Aida vorrebbe rivelare ad Amneris la sua vera identità di principessa e, dopo aver invocato gli dei affinché concedano al suo animo tormentato un po' di pace, segue Amneris incontro al trionfo di Radamès, che entra in Tebe con una folla enorme che saluta il ritorno dell'esercito e dei prigionieri etiopi.
Tra questi si trova Amonasro, che dice di essere il padre di Aida, riuscendo a mantenere nascosta la sua vera identità di re che afferma di aver visto morire eroicamente sul campo di battaglia. Implora la grazia per tutti i prigionieri e la sua richiesta è sostenuta da Radamès che reclama così il premio offerto per la vittoria.
Ramfis inizialmente si oppone, visto che liberare tutti i prigionieri può essere pericoloso.

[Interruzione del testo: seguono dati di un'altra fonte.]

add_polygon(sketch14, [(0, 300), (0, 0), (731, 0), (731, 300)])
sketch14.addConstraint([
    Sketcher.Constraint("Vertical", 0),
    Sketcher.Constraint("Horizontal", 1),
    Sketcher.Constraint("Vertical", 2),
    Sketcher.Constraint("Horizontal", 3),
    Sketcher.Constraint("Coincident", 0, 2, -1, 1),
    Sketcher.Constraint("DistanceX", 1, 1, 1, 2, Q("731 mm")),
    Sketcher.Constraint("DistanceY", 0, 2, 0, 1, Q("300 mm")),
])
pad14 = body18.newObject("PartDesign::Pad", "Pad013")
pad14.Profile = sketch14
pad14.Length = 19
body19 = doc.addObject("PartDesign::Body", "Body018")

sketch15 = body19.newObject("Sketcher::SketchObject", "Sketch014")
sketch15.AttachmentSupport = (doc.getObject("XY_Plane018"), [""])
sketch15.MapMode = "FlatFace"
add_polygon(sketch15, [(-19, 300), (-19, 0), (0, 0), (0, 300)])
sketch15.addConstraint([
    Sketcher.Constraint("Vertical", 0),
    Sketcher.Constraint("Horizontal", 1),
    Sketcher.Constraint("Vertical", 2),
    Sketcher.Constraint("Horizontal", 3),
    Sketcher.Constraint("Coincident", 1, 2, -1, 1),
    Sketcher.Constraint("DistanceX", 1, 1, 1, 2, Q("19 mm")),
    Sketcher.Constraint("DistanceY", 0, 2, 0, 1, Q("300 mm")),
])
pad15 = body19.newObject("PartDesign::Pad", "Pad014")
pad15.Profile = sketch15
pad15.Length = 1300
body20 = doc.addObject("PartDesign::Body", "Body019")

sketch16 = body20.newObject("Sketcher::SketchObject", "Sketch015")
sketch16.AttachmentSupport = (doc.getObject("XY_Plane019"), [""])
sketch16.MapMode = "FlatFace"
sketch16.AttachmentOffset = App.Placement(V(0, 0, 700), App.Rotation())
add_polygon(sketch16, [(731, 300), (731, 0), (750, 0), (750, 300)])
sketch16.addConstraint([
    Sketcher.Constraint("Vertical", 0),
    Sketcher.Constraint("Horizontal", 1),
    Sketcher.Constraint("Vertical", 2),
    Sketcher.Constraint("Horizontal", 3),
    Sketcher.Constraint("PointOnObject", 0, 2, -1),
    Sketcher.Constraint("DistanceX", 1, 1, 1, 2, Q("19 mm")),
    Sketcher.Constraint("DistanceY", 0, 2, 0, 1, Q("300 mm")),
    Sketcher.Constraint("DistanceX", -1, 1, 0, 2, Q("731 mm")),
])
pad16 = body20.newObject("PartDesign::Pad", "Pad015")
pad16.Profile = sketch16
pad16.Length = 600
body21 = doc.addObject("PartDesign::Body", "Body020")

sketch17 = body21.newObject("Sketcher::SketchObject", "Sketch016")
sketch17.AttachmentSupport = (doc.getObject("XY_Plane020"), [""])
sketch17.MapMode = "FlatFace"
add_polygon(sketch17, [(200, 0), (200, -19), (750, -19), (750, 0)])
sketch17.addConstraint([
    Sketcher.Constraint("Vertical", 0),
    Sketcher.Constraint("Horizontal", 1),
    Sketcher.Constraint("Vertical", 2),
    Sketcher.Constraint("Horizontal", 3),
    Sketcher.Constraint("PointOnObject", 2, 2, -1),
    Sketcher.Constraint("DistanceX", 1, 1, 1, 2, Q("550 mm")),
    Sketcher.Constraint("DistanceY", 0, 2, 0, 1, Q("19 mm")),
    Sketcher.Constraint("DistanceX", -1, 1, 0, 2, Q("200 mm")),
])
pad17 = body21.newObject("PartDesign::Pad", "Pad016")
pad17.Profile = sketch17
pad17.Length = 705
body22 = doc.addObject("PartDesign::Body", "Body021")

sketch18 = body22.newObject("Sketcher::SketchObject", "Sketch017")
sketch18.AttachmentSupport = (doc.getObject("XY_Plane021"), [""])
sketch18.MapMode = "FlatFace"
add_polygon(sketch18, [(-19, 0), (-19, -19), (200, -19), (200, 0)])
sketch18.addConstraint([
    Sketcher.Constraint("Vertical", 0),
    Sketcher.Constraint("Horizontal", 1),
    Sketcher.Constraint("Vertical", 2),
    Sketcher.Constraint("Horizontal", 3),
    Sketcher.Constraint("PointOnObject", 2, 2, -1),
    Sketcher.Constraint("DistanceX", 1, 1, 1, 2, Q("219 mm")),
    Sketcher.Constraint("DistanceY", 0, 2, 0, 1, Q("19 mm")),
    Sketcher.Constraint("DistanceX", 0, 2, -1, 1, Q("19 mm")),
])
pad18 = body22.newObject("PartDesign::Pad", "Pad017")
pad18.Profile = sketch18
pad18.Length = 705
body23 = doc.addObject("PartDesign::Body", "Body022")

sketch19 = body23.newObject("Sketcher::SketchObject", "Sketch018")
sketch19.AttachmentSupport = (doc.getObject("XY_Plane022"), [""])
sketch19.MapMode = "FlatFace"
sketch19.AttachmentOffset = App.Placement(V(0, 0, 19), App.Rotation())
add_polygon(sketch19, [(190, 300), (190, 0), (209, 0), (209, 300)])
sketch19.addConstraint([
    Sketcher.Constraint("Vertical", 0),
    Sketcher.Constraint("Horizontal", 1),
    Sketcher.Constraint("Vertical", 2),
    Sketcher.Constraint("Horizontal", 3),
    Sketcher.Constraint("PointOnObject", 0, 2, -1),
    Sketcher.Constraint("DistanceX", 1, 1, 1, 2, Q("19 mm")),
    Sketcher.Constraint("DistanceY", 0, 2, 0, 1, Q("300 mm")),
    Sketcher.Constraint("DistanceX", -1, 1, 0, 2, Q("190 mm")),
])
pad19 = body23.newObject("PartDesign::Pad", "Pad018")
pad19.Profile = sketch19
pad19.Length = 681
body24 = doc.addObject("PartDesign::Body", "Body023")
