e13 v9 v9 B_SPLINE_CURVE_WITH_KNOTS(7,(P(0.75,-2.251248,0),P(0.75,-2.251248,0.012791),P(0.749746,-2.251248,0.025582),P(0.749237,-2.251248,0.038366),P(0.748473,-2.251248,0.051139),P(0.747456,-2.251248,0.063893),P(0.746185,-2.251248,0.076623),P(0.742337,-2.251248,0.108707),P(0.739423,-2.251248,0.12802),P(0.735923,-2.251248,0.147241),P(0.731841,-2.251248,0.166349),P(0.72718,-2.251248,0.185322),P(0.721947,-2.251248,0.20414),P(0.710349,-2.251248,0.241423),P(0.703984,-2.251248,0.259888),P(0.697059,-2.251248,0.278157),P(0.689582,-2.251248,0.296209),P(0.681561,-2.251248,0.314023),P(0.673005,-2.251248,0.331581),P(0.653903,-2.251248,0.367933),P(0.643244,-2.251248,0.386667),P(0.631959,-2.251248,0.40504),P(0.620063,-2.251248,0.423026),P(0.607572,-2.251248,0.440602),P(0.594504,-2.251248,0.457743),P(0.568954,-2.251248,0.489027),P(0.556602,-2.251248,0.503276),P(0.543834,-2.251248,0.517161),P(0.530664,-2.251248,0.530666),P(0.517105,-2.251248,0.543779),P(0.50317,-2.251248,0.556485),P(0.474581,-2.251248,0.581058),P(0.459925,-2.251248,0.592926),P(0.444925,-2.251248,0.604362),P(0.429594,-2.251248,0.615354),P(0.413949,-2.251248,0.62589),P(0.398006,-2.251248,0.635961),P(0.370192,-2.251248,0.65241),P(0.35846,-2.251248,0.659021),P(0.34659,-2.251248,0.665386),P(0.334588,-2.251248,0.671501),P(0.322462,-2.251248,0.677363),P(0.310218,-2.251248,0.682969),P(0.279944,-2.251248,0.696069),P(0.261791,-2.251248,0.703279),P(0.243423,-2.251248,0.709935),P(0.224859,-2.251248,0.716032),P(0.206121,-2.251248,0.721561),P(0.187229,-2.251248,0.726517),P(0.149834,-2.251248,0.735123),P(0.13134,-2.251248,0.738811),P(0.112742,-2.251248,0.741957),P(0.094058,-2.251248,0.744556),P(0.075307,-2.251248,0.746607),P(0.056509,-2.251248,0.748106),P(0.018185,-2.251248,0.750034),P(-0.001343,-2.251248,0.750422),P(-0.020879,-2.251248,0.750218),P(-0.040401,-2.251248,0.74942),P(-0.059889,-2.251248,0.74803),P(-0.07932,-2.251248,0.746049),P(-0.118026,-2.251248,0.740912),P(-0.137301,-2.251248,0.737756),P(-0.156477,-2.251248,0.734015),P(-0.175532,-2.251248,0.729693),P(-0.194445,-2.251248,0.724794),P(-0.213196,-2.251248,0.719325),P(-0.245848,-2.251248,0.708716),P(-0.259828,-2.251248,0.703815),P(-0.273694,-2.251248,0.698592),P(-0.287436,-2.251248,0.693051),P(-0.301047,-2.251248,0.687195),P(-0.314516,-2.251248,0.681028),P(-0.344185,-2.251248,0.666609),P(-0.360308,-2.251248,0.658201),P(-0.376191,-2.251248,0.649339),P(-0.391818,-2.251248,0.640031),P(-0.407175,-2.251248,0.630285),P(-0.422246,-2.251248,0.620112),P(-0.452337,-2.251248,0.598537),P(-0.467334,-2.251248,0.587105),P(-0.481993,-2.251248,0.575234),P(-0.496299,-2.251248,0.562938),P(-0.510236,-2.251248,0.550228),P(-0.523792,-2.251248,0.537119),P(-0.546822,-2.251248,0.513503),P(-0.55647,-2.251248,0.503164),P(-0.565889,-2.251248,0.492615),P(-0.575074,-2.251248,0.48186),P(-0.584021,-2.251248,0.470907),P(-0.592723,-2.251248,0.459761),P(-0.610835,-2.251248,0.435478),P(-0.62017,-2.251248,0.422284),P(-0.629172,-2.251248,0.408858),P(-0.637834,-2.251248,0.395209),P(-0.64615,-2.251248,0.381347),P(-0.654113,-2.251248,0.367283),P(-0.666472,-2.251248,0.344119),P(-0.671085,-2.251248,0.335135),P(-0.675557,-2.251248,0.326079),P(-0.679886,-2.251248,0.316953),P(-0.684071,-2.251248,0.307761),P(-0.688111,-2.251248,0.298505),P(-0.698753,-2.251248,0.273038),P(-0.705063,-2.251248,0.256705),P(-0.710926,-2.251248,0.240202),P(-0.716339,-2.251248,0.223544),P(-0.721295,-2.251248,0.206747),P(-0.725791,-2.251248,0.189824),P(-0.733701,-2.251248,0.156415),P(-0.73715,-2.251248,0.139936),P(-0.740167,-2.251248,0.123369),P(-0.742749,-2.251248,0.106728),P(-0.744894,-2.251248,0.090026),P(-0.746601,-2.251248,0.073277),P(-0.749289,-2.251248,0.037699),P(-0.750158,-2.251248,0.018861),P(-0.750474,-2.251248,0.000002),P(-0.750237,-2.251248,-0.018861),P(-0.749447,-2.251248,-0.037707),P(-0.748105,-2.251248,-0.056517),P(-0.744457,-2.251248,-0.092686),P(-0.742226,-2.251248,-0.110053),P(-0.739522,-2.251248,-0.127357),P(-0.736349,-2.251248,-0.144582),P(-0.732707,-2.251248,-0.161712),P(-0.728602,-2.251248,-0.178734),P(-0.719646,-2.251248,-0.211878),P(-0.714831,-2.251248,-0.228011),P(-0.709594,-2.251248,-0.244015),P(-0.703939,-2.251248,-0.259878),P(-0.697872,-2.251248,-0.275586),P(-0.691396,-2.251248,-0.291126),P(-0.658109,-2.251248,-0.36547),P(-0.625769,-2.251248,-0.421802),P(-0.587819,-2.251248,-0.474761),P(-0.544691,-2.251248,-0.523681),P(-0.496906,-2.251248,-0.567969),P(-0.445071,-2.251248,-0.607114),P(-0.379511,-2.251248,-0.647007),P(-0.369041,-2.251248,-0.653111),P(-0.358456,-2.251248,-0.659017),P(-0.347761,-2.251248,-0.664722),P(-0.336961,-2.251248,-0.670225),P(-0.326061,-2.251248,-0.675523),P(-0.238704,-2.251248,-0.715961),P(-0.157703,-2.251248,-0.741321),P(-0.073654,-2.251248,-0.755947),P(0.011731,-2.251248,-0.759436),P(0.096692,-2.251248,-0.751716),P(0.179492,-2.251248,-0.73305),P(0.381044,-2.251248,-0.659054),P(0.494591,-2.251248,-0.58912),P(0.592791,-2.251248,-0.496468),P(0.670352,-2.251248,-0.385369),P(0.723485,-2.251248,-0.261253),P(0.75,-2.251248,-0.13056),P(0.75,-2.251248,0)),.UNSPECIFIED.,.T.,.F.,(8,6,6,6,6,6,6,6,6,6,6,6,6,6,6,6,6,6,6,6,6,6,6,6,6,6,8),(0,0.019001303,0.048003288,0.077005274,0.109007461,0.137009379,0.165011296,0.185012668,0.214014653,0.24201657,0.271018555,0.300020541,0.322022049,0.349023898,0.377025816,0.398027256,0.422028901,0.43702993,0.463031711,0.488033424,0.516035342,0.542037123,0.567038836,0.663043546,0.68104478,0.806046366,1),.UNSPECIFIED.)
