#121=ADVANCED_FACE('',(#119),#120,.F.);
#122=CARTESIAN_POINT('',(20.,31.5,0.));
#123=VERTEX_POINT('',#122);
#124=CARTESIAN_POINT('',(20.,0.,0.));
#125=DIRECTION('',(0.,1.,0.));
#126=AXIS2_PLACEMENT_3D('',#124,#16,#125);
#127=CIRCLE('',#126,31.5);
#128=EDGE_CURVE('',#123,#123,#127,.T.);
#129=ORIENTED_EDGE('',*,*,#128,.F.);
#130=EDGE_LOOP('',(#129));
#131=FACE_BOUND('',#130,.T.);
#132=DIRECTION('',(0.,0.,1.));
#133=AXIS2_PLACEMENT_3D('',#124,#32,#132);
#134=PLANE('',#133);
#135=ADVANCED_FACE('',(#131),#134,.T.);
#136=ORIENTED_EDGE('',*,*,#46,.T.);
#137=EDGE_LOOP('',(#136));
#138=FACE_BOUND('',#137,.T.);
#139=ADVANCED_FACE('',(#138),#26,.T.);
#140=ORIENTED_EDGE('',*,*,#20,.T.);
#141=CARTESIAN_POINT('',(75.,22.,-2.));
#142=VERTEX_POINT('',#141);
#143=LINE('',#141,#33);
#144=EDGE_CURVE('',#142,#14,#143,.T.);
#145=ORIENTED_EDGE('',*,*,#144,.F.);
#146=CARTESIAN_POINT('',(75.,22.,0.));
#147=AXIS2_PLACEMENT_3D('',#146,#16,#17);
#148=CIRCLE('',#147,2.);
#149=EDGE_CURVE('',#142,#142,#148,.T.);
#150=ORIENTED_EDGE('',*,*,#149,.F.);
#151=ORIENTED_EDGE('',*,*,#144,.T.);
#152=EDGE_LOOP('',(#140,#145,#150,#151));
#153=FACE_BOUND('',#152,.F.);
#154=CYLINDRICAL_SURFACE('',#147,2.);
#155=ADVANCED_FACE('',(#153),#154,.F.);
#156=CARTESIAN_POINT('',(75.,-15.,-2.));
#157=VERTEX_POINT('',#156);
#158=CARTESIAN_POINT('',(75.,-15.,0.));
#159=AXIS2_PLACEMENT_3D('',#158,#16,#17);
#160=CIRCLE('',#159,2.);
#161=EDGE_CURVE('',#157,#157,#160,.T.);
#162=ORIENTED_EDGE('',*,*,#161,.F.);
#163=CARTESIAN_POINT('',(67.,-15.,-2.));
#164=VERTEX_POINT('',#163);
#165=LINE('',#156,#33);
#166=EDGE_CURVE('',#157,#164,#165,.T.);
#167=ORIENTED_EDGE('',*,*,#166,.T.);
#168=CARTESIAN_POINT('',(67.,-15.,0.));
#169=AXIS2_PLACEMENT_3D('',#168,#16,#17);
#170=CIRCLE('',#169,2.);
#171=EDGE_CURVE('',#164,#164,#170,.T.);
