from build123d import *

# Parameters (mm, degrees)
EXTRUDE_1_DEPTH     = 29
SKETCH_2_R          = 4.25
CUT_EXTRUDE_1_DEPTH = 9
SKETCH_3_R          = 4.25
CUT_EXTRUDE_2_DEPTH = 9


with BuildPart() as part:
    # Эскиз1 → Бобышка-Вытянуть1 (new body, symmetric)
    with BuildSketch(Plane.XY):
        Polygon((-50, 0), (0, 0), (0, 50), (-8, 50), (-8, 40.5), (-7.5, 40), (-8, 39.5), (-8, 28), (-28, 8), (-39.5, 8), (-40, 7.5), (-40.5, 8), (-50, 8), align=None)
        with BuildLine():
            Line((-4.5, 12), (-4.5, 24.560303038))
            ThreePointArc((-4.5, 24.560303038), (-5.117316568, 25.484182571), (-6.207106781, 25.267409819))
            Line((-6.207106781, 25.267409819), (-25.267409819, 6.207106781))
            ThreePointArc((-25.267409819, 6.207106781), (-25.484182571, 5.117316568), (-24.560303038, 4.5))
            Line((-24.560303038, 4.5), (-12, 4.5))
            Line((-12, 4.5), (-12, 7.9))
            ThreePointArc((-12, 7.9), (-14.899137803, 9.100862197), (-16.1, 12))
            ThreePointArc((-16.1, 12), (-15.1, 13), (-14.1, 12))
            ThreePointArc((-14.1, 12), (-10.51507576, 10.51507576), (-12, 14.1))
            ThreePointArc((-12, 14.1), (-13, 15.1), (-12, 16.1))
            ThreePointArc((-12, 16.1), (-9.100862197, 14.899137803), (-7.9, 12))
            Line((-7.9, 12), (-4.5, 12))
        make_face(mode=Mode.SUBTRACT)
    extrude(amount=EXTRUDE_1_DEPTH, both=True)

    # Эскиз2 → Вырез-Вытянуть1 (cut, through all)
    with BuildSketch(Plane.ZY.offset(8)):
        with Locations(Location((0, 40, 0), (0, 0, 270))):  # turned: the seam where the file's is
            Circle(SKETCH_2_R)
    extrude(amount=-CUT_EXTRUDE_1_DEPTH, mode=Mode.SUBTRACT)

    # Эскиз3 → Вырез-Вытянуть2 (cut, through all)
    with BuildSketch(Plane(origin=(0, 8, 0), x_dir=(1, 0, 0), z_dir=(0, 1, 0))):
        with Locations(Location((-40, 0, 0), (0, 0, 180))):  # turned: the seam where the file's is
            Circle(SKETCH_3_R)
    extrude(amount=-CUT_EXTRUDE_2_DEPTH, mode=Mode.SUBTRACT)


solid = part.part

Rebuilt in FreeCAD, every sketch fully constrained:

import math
import FreeCAD as App
import Part
import Sketcher
from FreeCAD import Vector


def add_polygon(sketch, points):
    """Adds a closed chain of lines whose ends are joined by coincident constraints."""
    first, n = sketch.GeometryCount, len(points)
    for a, b in zip(points, points[1:] + points[:1]):
        sketch.addGeometry(Part.LineSegment(App.Vector(*a, 0), App.Vector(*b, 0)), False)
    for i in range(n):
        sketch.addConstraint(Sketcher.Constraint("Coincident", first + i, 2, first + (i + 1) % n, 1))

doc = App.newDocument("Part")
body = doc.addObject("PartDesign::Body", "Body")

sketch1 = body.newObject("Sketcher::SketchObject", "Sketch")
sketch1.AttachmentSupport = (doc.getObject("XY_Plane"), [""])
sketch1.MapMode = "FlatFace"
add_polygon(sketch1, [(-50, 0), (0, 0), (0, 50), (-8, 50), (-8, 40.5), (-7.5, 40), (-8, 39.5), (-8, 28), (-28, 8), (-39.5, 8), (-40, 7.5), (-40.5, 8), (-50, 8)])
sketch1.addGeometry(Part.LineSegment(Vector(-4.5, 24.6, 0), Vector(-4.5, 12, 0)), False)
sketch1.addGeometry(Part.LineSegment(Vector(-4.5, 12, 0), Vector(-7.9, 12, 0)), False)
sketch1.addGeometry(Part.ArcOfCircle(Part.Circle(Vector(-12, 12, 0), Vector(0, 0, 1), 4.1), math.radians(0), math.radians(90)), False)
sketch1.addGeometry(Part.ArcOfCircle(Part.Circle(Vector(-12, 15.1, 0), Vector(0, 0, 1), 1), math.radians(90), math.radians(270)), False)
sketch1.addGeometry(Part.ArcOfCircle(Part.Circle(Vector(-12, 12, 0), Vector(0, 0, 1), 2.1), math.radians(180), math.radians(450)), False)
sketch1.addGeometry(Part.ArcOfCircle(Part.Circle(Vector(-15.1, 12, 0), Vector(0, 0, 1), 1), math.radians(0), math.radians(180)), False)
sketch1.addGeometry(Part.ArcOfCircle(Part.Circle(Vector(-12, 12, 0), Vector(0, 0, 1), 4.1), math.radians(180), math.radians(270)), False)
sketch1.addGeometry(Part.LineSegment(Vector(-12, 7.9, 0), Vector(-12, 4.5, 0)), False)
sketch1.addGeometry(Part.LineSegment(Vector(-12, 4.5, 0), Vector(-24.6, 4.5, 0)), False)
sketch1.addGeometry(Part.ArcOfCircle(Part.Circle(Vector(-24.6, 5.5, 0), Vector(0, 0, 1), 1), math.radians(135), math.radians(270)), False)
sketch1.addGeometry(Part.LineSegment(Vector(-25.3, 6.2, 0), Vector(-6.2, 25.3, 0)), False)
sketch1.addGeometry(Part.ArcOfCircle(Part.Circle(Vector(-5.5, 24.6, 0), Vector(0, 0, 1), 1), math.radians(0), math.radians(135)), False)
sketch1.addConstraint(Sketcher.Constraint("Coincident", 13, 2, 14, 1))
sketch1.addConstraint(Sketcher.Constraint("Coincident", 14, 2, 15, 1))
sketch1.addConstraint(Sketcher.Constraint("Tangent", 15, 2, 16, 1))
sketch1.addConstraint(Sketcher.Constraint("Tangent", 16, 2, 17, 2))
sketch1.addConstraint(Sketcher.Constraint("Tangent", 17, 1, 18, 1))
sketch1.addConstraint(Sketcher.Constraint("Tangent", 18, 2, 19, 1))
sketch1.addConstraint(Sketcher.Constraint("Coincident", 19, 2, 20, 1))
sketch1.addConstraint(Sketcher.Constraint("Coincident", 20, 2, 21, 1))
sketch1.addConstraint(Sketcher.Constraint("Tangent", 21, 2, 22, 2))
sketch1.addConstraint(Sketcher.Constraint("Tangent", 22, 1, 23, 1))
sketch1.addConstraint(Sketcher.Constraint("Tangent", 23, 2, 24, 2))
sketch1.addConstraint(Sketcher.Constraint("Tangent", 24, 1, 13, 1))
sketch1.addConstraint(Sketcher.Constraint("Horizontal", 0))
sketch1.addConstraint(Sketcher.Constraint("Vertical", 1))
sketch1.addConstraint(Sketcher.Constraint("Horizontal", 2))
sketch1.addConstraint(Sketcher.Constraint("Vertical", 3))
sketch1.addConstraint(Sketcher.Constraint("Vertical", 6))
sketch1.addConstraint(Sketcher.Constraint("Horizontal", 8))
sketch1.addConstraint(Sketcher.Constraint("Horizontal", 11))
sketch1.addConstraint(Sketcher.Constraint("Vertical", 12))
sketch1.addConstraint(Sketcher.Constraint("Vertical", 13))
sketch1.addConstraint(Sketcher.Constraint("Horizontal", 14))
sketch1.addConstraint(Sketcher.Constraint("Vertical", 20))
sketch1.addConstraint(Sketcher.Constraint("Horizontal", 21))
sketch1.addConstraint(Sketcher.Constraint("Coincident", 0, 2, -1, 1))
sketch1.addConstraint(Sketcher.Constraint("Coincident", 17, 3, 15, 3))
sketch1.addConstraint(Sketcher.Constraint("Coincident", 19, 3, 15, 3))
sketch1.addConstraint(Sketcher.Constraint("Equal", 16, 18))
sketch1.addConstraint(Sketcher.Constraint("Equal", 18, 22))
sketch1.addConstraint(Sketcher.Constraint("Equal", 22, 24))
sketch1.addConstraint(Sketcher.Constraint("Perpendicular", 4, 5))
sketch1.addConstraint(Sketcher.Constraint("Parallel", 5, 7))
sketch1.addConstraint(Sketcher.Constraint("Parallel", 7, 9))
sketch1.addConstraint(Sketcher.Constraint("Perpendicular", 9, 10))
sketch1.addConstraint(Sketcher.Constraint("Perpendicular", 10, 23))
sketch1.addConstraint(Sketcher.Constraint("Horizontal", 17, 3, 18, 3))
sketch1.addConstraint(Sketcher.Constraint("Horizontal", 8, 2, 10, 2))
sketch1.addConstraint(Sketcher.Constraint("Horizontal", 19, 3, 13, 2))
sketch1.addConstraint(Sketcher.Constraint("Vertical", 15, 3, 16, 3))
sketch1.addConstraint(Sketcher.Constraint("Vertical", 3, 2, 5, 2))
sketch1.addConstraint(Sketcher.Constraint("Vertical", 16, 2, 19, 2))
sketch1.addConstraint(Sketcher.Constraint("Equal", 0, 1))
sketch1.addConstraint(Sketcher.Constraint("Equal", 11, 3))
sketch1.addConstraint(Sketcher.Constraint("Equal", 8, 6))
sketch1.addConstraint(Sketcher.Constraint("Equal", 2, 12))
sketch1.addConstraint(Sketcher.Constraint("Equal", 21, 13))
sketch1.addConstraint(Sketcher.Constraint("Equal", 14, 20))
sketch1.addConstraint(Sketcher.Constraint("Radius", 16, 1.0))
sketch1.addConstraint(Sketcher.Constraint("Radius", 15, 4.1))
sketch1.addConstraint(Sketcher.Constraint("DistanceX", 0, 1, 0, 2, 50.0))
sketch1.addConstraint(Sketcher.Constraint("DistanceX", 2, 2, 2, 1, 8.0))
sketch1.addConstraint(Sketcher.Constraint("DistanceX", 8, 2, 8, 1, 11.5))
sketch1.addConstraint(Sketcher.Constraint("DistanceX", 11, 2, 11, 1, 9.5))
sketch1.addConstraint(Sketcher.Constraint("DistanceX", 14, 2, 14, 1, 3.4))
sketch1.addConstraint(Sketcher.Constraint("DistanceX", 15, 3, -1, 1, 12.0))
sketch1.addConstraint(Sketcher.Constraint("DistanceY", -1, 1, 15, 3, 12.0))
sketch1.addConstraint(Sketcher.Constraint("DistanceY", -1, 1, 4, 2, 40.0))
sketch1.addConstraint(Sketcher.Constraint("Distance", 23, 26.955339))
pad1 = body.newObject("PartDesign::Pad", "Pad")
pad1.Profile = sketch1
pad1.Length = 58
pad1.Midplane = True

sketch2 = body.newObject("Sketcher::SketchObject", "Sketch001")
sketch2.AttachmentSupport = (doc.getObject("YZ_Plane"), [""])
sketch2.MapMode = "FlatFace"
sketch2.AttachmentOffset = App.Placement(Vector(0, 0, -8), App.Rotation())
sketch2.addGeometry(Part.Circle(Vector(40, 0, 0), Vector(0, 0, 1), 4.2), False)
sketch2.addConstraint(Sketcher.Constraint("PointOnObject", 0, 3, -1))
sketch2.addConstraint(Sketcher.Constraint("Diameter", 0, 8.5))
sketch2.addConstraint(Sketcher.Constraint("DistanceX", -1, 1, 0, 3, 40.0))
pocket1 = body.newObject("PartDesign::Pocket", "Pocket")
pocket1.Profile = sketch2
pocket1.Type = "ThroughAll"
pocket1.Reversed = True

sketch3 = body.newObject("Sketcher::SketchObject", "Sketch002")
sketch3.AttachmentSupport = (doc.getObject("XZ_Plane"), [""])
sketch3.MapMode = "FlatFace"
sketch3.AttachmentOffset = App.Placement(Vector(0, 0, -8), App.Rotation())
sketch3.addGeometry(Part.Circle(Vector(-40, 0, 0), Vector(0, 0, 1), 4.2), False)
sketch3.addConstraint(Sketcher.Constraint("PointOnObject", 0, 3, -1))
sketch3.addConstraint(Sketcher.Constraint("Diameter", 0, 8.5))
sketch3.addConstraint(Sketcher.Constraint("DistanceX", 0, 3, -1, 1, 40.0))
pocket2 = body.newObject("PartDesign::Pocket", "Pocket001")
pocket2.Profile = sketch3
pocket2.Type = "ThroughAll"
pocket2.Reversed = True

doc.recompute()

Radamès insiste, visto che i nemici non possono ormai più far niente, visto che il loro re è morto.
Allora Ramfis suggerisce di di dare la libertà a tutti, tranne ad Aida e al padre, che vengono trattenuti come ostaggi. Il Re d'Egitto acconsente e decide di dare ancora un premio a Radamès, concedendogli in sposa la figlia Amneris e nominandolo suo successore al trono.
Amneris è felice e iniziano gli inni e le danze di gioia, mentre Radamès non vuole rinunciare al suo vero amore, Aida piange e Amonasro pensa alla vendetta.

ATTO TERZO

Amneris va al tempio con Ramfis per la veglia nuziale mentre Aida è in attesa di Radamès sulle sponde del Nilo per quello che lei crede un ultimo addio. Aida piange sulla sua patria quando giunge Amonasro che le promette che potrà rivedere le foreste dell'Etiopia, visto che il suo esercito si stà riorganizzando. Chiede alla figlia di scoprire da Radamès quale sarà la strada percorsa dall'esercito egiziano per poterlo distruggere in un'imboscata.
Aida ascolta il padre che le dipinge la patria distrutta dall'armata egiziana, senza il suo aiuto. Dopo molte esitazioni decide di assecondarlo e, quando arriva Radamès, che ha preso la decisione di rivelare al Re il suo amore per Aida, lo convince a fuggire con lei. E mentre stanno partendo Aida pone a Radamès la fatidica domanda "Per quale via eviteremo le schiere degli armati?". Radamès, senza pensarci, risponde che le gole di Napata saranno deserte per tutta la notte.
Amonasro, nascosto, sente ed esulta alla notizia. Ma anche Amneris, mentre esce dal tempio ha udito tutto ed indica i traditori a Ramfis e a tutti i sacerdoti.
Amonasro si avventa contro Amneris con un pugnale, ma Radamès le fa scudo e, mentre Aida e il padre riescono a fuggire, si consegna prigioniero, professando la sua fedeltà all'Egitto.

ATTO QUARTO

Nella fuga Aida è scomparsa, mentre Amonasro è stato ucciso.
Amneris cerca di salvare Radamès, che non si ritiene un traditore visto che ha rivelato il segreto senza voler nuocere al suo popolo, offrendogli uno scambio: intercederà per lui con il Re se giura che non rivedrà mai più Aida.
Radamès, che non aveva più avuto notizie di Aida, viene così a sapere che mentre Amonasro è morto, la sua amata è viva e quindi rifiuta il patto. A questo punto Amneris, ormai folle di gelosia, lo abbandona al suo destino. Quando scopre la terribile punizione inflitta a Radamès per il tradimento, si dispera e affronta i sacerdoti nel tempio, lanciando su di loro un anatema.
Radamès viene condannato a morire sepolto vivo sotto l'altare del Tempio di Vulcano.
Portato nel sotterraneo, che viene chiuso con una pesante pietra, Radamès si prepara a morire e pensa all'amata Aida che, penetrata furtivamente nella cripta, ha deciso di morire tra le braccia dell'amato.
Mentre i due amanti, finalmente uniti, danno l'addio alla vita, Amneris disperata prega nel tempio tra i canti delle Sacerdotesse e implora la pace per l'uomo che ama.